(Collected data entries)
--- --- ---

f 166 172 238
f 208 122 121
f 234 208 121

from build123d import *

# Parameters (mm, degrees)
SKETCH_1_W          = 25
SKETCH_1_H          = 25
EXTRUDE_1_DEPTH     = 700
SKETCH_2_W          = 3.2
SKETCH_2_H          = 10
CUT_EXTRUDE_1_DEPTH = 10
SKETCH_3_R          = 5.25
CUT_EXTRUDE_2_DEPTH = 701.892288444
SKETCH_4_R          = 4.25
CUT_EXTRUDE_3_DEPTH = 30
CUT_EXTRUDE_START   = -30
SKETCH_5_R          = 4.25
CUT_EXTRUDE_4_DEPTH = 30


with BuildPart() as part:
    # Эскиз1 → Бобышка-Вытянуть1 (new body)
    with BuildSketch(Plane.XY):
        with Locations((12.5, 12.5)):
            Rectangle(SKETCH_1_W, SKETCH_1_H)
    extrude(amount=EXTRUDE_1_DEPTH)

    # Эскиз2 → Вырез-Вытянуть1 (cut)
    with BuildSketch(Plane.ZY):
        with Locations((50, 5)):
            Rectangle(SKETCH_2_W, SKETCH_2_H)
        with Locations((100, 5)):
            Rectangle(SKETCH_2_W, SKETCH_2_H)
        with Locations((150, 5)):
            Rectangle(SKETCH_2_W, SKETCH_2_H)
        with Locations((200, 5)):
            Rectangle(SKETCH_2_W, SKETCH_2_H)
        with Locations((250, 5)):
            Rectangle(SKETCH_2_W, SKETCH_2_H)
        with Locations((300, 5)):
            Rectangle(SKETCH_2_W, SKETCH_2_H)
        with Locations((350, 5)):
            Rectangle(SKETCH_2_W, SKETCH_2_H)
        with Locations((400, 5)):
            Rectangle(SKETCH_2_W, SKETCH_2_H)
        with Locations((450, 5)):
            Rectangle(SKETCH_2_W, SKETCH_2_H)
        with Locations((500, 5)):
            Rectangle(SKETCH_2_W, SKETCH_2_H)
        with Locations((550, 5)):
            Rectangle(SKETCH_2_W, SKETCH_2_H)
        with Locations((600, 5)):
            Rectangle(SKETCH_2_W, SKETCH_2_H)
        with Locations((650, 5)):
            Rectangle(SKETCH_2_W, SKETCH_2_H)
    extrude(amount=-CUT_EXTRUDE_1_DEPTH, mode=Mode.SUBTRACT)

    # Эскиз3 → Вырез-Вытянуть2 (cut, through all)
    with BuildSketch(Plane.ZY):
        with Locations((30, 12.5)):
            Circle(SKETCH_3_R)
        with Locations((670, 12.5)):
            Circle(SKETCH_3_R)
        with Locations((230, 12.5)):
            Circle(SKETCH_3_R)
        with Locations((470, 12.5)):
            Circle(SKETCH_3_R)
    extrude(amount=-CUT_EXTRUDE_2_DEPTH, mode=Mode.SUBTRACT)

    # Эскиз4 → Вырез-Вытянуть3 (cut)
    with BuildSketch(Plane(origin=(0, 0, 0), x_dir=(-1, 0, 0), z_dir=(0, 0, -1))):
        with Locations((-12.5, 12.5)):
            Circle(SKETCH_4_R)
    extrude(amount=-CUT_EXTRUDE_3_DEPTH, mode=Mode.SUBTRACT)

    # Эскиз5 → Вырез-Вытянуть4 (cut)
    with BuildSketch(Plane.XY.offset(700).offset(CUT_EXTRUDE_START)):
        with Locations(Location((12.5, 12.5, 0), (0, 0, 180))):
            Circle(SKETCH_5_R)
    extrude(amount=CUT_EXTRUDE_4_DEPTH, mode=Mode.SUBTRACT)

--- --- ---

### Problem
An exact copy of the lines above, from the one containing "# Эскиз3 → Вырез-Вытянуть2" through the one containing "# Эскиз4 → Вырез-Вытянуть3 (cut)", is the whole of the answer.

### Completed exercise
    # Эскиз3 → Вырез-Вытянуть2 (cut, through all)
    with BuildSketch(Plane.ZY):
        with Locations((30, 12.5)):
            Circle(SKETCH_3_R)
        with Locations((670, 12.5)):
            Circle(SKETCH_3_R)
        with Locations((230, 12.5)):
            Circle(SKETCH_3_R)
        with Locations((470, 12.5)):
            Circle(SKETCH_3_R)
    extrude(amount=-CUT_EXTRUDE_2_DEPTH, mode=Mode.SUBTRACT)

    # Эскиз4 → Вырез-Вытянуть3 (cut)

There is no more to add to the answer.